White mustard is getting popular: many are discovering its use as a green garden fertilizer, with the benefit of being a delicious spice!
White mustard, a few key facts:
Botanical name – Sinapis alba
Common name – white mustard
Family – Brassicaceae
Type – spice, green manure
Height – 2 ½ feet (70 cm) to 4 feet (120 cm)
Planting distance – 2 grams of seeds (a pinch) per sq. yard (m²)
Exposure – sun
Soil type – cool, rich and light
Planting – Spring, Summer – Harvest – Spring to summer
White mustard is a herbaceous annual plant that produces fuzzy, branching stems, serrated (toothy) and lobed leaves, and clusters of small yellow flowers. Typically, it’s used as green manure to increase soil quality. White mustard both enriches the soil it grows in and absorbs noxious nitrates. It also repels nematodes.
Interestingly, this plant is also a perfectly edible spice. The most refined mustards on the Old Continent use its large pale yellow seeds as a key ingredient. Native to North Africa, Europe and the Middle East, white mustard is very easy to grow and doesn’t require much care. A word of caution: don’t confuse white mustard with China mustard.
You should always sow white mustard directly in the plot. Do so anytime from March to May if you hope to harvest its seeds, or from August to September if your goal is to use it as green manure for your vegetable plot.
Not a very demanding plant at all, actually clearly on the “tolerant of almost any situation” side of things.

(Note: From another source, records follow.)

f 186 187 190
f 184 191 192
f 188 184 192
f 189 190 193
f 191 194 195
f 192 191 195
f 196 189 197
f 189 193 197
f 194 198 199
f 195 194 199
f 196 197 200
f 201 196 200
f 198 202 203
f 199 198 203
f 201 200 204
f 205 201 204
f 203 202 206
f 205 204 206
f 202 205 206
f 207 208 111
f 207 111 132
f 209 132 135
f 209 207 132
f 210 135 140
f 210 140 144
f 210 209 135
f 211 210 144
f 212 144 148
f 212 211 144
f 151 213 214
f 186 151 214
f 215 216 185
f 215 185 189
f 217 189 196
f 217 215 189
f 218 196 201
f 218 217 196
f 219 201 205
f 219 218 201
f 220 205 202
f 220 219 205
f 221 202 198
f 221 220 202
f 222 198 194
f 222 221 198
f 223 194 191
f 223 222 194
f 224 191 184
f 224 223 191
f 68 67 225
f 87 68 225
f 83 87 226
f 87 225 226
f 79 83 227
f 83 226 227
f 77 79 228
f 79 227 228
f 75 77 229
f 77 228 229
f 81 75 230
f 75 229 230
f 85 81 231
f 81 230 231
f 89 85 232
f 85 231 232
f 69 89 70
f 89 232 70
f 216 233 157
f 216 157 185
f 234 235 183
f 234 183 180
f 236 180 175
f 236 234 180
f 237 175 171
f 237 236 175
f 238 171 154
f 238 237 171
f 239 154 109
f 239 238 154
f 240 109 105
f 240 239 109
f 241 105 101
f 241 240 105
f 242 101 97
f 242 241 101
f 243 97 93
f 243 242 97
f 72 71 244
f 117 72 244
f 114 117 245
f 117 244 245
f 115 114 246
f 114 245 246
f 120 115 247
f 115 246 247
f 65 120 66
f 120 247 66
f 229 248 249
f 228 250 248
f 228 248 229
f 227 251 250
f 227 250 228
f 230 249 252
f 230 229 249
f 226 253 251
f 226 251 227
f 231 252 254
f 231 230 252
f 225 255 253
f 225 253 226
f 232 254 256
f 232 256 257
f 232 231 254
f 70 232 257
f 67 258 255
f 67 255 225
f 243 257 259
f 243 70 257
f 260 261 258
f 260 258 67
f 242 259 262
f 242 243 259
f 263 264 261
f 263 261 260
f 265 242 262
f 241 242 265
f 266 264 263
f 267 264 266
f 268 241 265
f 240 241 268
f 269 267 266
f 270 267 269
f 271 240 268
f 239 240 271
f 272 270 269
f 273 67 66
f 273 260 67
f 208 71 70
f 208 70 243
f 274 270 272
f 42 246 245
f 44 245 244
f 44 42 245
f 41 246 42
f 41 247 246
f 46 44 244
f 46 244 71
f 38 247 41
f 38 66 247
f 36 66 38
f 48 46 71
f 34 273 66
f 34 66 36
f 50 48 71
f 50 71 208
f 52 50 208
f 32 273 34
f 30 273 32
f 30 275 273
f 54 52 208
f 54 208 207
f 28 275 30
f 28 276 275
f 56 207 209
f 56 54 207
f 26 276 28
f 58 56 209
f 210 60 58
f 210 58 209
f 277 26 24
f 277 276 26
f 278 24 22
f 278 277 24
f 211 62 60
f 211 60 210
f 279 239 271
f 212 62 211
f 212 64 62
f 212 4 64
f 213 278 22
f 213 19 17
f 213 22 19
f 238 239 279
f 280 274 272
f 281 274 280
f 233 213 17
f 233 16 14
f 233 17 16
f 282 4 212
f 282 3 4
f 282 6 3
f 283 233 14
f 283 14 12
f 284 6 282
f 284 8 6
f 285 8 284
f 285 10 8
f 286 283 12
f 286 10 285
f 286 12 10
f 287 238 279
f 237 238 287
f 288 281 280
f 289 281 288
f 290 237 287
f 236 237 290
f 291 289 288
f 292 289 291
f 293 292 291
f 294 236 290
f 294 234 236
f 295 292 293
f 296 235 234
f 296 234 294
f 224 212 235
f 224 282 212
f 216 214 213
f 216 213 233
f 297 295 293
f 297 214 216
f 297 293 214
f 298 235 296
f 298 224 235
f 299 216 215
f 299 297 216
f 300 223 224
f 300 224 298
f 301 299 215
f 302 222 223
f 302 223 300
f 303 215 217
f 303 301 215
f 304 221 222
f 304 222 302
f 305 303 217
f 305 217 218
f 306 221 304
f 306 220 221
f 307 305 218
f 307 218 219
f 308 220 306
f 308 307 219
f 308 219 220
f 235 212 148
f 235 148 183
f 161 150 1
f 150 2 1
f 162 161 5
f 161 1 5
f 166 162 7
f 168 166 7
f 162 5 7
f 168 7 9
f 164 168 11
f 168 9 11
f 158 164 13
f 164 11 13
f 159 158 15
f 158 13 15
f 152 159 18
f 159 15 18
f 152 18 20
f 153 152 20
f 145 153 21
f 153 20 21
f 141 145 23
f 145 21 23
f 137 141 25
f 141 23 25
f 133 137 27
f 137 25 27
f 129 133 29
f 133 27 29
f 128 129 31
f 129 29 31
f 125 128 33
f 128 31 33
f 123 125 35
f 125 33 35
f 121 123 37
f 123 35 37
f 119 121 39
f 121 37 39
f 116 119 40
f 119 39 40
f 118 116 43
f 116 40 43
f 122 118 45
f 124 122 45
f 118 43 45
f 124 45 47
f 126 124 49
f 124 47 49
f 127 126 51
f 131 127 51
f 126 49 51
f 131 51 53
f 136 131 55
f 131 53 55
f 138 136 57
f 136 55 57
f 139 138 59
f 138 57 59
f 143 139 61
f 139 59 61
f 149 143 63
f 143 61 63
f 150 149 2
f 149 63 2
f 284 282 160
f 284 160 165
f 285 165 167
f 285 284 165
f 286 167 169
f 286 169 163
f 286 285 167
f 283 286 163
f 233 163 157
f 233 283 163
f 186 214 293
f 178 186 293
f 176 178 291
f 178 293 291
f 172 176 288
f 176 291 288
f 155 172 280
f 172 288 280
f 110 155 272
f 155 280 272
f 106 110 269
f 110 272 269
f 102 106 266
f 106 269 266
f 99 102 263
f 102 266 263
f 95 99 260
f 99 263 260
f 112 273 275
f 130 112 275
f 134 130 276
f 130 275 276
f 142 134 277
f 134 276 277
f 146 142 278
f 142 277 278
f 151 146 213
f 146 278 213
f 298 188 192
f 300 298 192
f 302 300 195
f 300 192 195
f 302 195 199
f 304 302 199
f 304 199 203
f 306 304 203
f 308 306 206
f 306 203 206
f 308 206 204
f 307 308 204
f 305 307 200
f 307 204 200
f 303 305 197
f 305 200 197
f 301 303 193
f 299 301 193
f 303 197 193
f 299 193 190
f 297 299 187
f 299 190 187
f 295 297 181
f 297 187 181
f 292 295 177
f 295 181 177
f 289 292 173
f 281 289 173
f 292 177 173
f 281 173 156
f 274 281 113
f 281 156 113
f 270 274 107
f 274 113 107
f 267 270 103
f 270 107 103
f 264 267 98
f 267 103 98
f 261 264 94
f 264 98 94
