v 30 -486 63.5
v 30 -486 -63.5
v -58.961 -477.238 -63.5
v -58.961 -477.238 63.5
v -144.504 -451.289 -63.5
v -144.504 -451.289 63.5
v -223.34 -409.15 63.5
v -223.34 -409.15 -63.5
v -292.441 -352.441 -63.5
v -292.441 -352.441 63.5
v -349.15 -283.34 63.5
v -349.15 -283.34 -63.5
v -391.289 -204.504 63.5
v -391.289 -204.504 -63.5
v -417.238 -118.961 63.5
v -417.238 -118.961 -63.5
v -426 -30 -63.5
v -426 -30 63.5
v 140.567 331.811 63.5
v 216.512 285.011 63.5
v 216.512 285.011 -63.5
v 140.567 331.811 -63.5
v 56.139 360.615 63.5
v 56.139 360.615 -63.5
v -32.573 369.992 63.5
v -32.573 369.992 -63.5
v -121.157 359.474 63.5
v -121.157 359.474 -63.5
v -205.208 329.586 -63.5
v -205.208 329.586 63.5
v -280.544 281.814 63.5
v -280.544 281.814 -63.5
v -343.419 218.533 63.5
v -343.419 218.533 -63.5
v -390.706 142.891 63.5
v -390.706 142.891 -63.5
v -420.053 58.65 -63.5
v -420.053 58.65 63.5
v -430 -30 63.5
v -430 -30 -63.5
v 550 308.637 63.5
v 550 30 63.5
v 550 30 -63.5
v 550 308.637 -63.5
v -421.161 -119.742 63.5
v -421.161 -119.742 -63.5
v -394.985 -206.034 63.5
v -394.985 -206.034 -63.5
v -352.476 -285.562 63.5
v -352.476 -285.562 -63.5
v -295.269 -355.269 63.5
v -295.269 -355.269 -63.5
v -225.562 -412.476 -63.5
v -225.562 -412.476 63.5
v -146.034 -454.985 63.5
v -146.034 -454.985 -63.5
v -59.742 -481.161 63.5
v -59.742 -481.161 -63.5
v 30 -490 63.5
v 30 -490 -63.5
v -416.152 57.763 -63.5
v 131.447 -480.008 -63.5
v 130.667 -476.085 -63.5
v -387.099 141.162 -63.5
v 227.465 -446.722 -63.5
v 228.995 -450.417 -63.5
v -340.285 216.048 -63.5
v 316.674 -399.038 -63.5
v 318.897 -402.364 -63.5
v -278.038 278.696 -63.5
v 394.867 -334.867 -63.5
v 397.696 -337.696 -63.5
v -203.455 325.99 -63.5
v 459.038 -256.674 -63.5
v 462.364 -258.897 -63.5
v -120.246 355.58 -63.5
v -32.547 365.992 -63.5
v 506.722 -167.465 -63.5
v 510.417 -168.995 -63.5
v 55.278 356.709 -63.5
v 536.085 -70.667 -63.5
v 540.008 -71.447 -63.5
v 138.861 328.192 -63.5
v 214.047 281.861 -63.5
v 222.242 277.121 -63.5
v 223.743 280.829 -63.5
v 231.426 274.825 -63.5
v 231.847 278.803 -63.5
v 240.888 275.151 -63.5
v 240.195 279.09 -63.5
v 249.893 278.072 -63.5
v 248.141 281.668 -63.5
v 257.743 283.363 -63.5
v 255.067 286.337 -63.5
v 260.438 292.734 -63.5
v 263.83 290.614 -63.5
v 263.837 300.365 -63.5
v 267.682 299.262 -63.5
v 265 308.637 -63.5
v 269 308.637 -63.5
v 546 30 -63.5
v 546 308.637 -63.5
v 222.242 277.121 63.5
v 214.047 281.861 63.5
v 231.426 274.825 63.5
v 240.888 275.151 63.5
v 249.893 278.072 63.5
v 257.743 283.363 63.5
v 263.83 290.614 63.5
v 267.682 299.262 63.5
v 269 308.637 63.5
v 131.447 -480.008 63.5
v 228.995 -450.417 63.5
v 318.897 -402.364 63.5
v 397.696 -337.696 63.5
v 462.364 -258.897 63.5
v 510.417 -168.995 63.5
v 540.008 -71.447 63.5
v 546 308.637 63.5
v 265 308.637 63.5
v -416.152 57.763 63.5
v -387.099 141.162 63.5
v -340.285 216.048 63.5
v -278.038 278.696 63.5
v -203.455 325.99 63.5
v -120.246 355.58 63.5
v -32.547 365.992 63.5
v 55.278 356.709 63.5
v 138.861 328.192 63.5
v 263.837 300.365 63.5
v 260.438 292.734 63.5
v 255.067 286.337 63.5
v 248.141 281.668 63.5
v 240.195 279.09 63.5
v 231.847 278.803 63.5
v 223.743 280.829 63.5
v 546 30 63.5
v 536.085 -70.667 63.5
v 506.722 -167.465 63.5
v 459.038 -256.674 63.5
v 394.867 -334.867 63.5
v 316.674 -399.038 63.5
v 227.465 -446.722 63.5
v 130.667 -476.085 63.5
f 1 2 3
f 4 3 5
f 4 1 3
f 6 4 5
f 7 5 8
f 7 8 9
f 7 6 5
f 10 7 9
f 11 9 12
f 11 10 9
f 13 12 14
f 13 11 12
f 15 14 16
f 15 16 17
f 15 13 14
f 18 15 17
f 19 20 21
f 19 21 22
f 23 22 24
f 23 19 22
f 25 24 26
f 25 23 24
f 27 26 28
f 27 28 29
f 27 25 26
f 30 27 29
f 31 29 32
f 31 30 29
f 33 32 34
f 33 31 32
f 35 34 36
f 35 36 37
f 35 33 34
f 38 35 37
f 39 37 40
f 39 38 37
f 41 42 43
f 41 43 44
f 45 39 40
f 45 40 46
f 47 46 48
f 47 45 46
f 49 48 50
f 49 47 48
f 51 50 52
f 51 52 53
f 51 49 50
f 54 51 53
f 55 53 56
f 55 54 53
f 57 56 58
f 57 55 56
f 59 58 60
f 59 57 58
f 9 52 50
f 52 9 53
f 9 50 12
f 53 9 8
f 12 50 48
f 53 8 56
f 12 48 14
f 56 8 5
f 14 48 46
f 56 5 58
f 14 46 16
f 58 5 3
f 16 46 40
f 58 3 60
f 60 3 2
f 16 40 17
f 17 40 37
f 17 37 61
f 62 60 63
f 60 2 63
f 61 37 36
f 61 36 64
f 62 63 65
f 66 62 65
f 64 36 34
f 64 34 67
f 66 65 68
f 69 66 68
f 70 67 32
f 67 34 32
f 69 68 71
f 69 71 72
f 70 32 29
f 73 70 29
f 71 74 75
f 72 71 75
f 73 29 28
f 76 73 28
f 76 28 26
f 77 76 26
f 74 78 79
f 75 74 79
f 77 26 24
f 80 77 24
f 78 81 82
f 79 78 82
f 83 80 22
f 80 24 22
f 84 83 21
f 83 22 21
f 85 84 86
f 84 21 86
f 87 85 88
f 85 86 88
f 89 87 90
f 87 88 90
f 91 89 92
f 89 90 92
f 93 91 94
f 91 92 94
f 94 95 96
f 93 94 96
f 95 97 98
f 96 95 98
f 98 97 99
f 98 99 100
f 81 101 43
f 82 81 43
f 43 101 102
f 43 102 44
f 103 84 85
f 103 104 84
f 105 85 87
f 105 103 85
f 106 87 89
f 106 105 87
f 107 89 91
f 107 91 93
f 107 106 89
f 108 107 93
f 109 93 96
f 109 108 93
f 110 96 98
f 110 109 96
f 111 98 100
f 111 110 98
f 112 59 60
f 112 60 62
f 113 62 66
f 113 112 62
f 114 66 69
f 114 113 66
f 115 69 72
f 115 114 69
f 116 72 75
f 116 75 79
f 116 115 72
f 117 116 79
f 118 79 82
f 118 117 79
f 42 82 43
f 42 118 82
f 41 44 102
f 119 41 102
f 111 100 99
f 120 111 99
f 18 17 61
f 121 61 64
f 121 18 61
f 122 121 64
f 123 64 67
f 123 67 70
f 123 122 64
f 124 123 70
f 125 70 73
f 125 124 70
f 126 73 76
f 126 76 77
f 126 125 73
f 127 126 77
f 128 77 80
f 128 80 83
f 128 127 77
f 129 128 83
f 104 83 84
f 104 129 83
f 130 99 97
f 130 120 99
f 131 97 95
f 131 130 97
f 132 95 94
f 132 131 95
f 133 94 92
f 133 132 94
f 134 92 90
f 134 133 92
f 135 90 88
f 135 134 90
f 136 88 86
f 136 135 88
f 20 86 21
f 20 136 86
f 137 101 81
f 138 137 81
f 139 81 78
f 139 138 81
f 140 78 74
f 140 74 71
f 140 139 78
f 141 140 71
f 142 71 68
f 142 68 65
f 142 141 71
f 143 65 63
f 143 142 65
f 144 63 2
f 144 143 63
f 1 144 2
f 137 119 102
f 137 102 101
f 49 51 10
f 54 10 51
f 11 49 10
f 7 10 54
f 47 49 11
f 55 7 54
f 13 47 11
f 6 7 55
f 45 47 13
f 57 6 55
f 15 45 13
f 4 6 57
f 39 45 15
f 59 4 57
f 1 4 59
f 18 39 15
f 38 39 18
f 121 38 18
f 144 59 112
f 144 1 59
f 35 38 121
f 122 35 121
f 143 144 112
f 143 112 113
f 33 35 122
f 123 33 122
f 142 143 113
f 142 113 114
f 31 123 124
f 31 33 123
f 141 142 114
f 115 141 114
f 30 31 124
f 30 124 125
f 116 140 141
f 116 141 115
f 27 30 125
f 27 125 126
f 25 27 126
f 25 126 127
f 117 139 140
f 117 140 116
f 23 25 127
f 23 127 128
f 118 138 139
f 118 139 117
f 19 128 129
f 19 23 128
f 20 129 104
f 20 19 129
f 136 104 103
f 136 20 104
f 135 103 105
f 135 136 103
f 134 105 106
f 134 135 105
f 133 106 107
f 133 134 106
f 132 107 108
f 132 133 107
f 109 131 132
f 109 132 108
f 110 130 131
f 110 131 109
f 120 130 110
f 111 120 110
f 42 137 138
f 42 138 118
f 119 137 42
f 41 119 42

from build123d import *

# Parameters (mm, degrees)
BASE_FLANGE1_DEPTH = 63.5


# Sheet-metal steps are written as plain solids
with BuildPart() as part:
    # Sketch1 → Base-Flange1 (new, symmetric)
    with BuildSketch(Plane.XY):
        with BuildLine():
            ThreePointArc((265, 308.636973764), (248.140563862, 281.667999342), (216.511627907, 285.011138385))
            ThreePointArc((216.511627907, 285.011138385), (-205.207518157, 329.586325632), (-430, -30))
            ThreePointArc((-430, -30), (-295.269119346, -355.269119346), (30, -490))
            ThreePointArc((30, -490), (397.695526217, -337.695526217), (550, 30))
            Line((550, 30), (550, 308.636973764))
            Line((550, 308.636973764), (546, 308.636973764))
            Line((546, 308.636973764), (546, 30))
            ThreePointArc((546, 30), (394.867099092, -334.867099092), (30, -486))
            ThreePointArc((30, -486), (-292.440692221, -352.440692221), (-426, -30))
            ThreePointArc((-426, -30), (-203.455442975, 325.990462376), (214.046511628, 281.861027001))
            ThreePointArc((214.046511628, 281.861027001), (249.892639043, 278.072136085), (269, 308.636973764))
            Line((269, 308.636973764), (265, 308.636973764))
        make_face()
    extrude(amount=BASE_FLANGE1_DEPTH, both=True)


solid = part.part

It’ll even sprout on its own almost anywhere if you drop a few seeds along the way. White mustard is a hardy plant with an annual vegetative cycle that can make do with any soil type.
To truly thrive, however, rich, light and cool soil is the key. It doesn’t like excess moisture, drought, or shade very much. A good location for this spice is full sun or part shade. As long as it gets regular rain and enough sun, white mustard needs absolutely no human intervention at all to keep reappearing year after year. If ever rains are tardy, though, grab the watering can for a round of watering to keep the soil cool.
White mustard is a plant that is highly resistant to most diseases, apart perhaps from clubroot (a form of root rot).
Pests, however, are another matter. Slugs love eating young tender shoots, and older plants are a compatible cabbage moth host.
This plant hasn’t been breed and selected much for disease resistance, so most of its defenses are still inherited from its natural state. The only precaution is to avoid planting mustard and cabbage too close together, or even after one another if you practice crop rotation. Since they’re all from the same family, pests and fungus might spread from one to the other.
For use as a spice, collect the mustard seed pods when they’re already quite dry, which is usually 2 months after having been sown in Spring.
Use white mustard to fertilize your growing beds. Sow and grow, and before the plants go to seed, cut them at the base with a sickle or hedge trimmers.
If you need to use the plot earlier, go ahead: any amount of growth gives lots of nutrients.
Another alternative is to mow them over with a mower in the “mulching” position. The goal is to shred everything up and let the residual clippings sit on the ground as a layer of mulch.
Perfectionists like to till this green manure deeper in the soil with a rototiller, but this isn’t absolutely necessary.
Young stems are also edible – they’re quite tasty, too! Pick them when they’re still soft. White mustard leaves and shoots are simply delicious when added to mesclun, as a greens in sandwiches, or to replace arugula on pizza.
Seeds are almost exclusively destined to become mustard. Steps to make it involve crushing them and mixing the paste with water and vinegar. Connoisseurs know that the seeds can also be eaten raw or grilled. Just add them to your meals, and marinades for the barbecue…
Plant only a few square feet for a bowl full of seeds.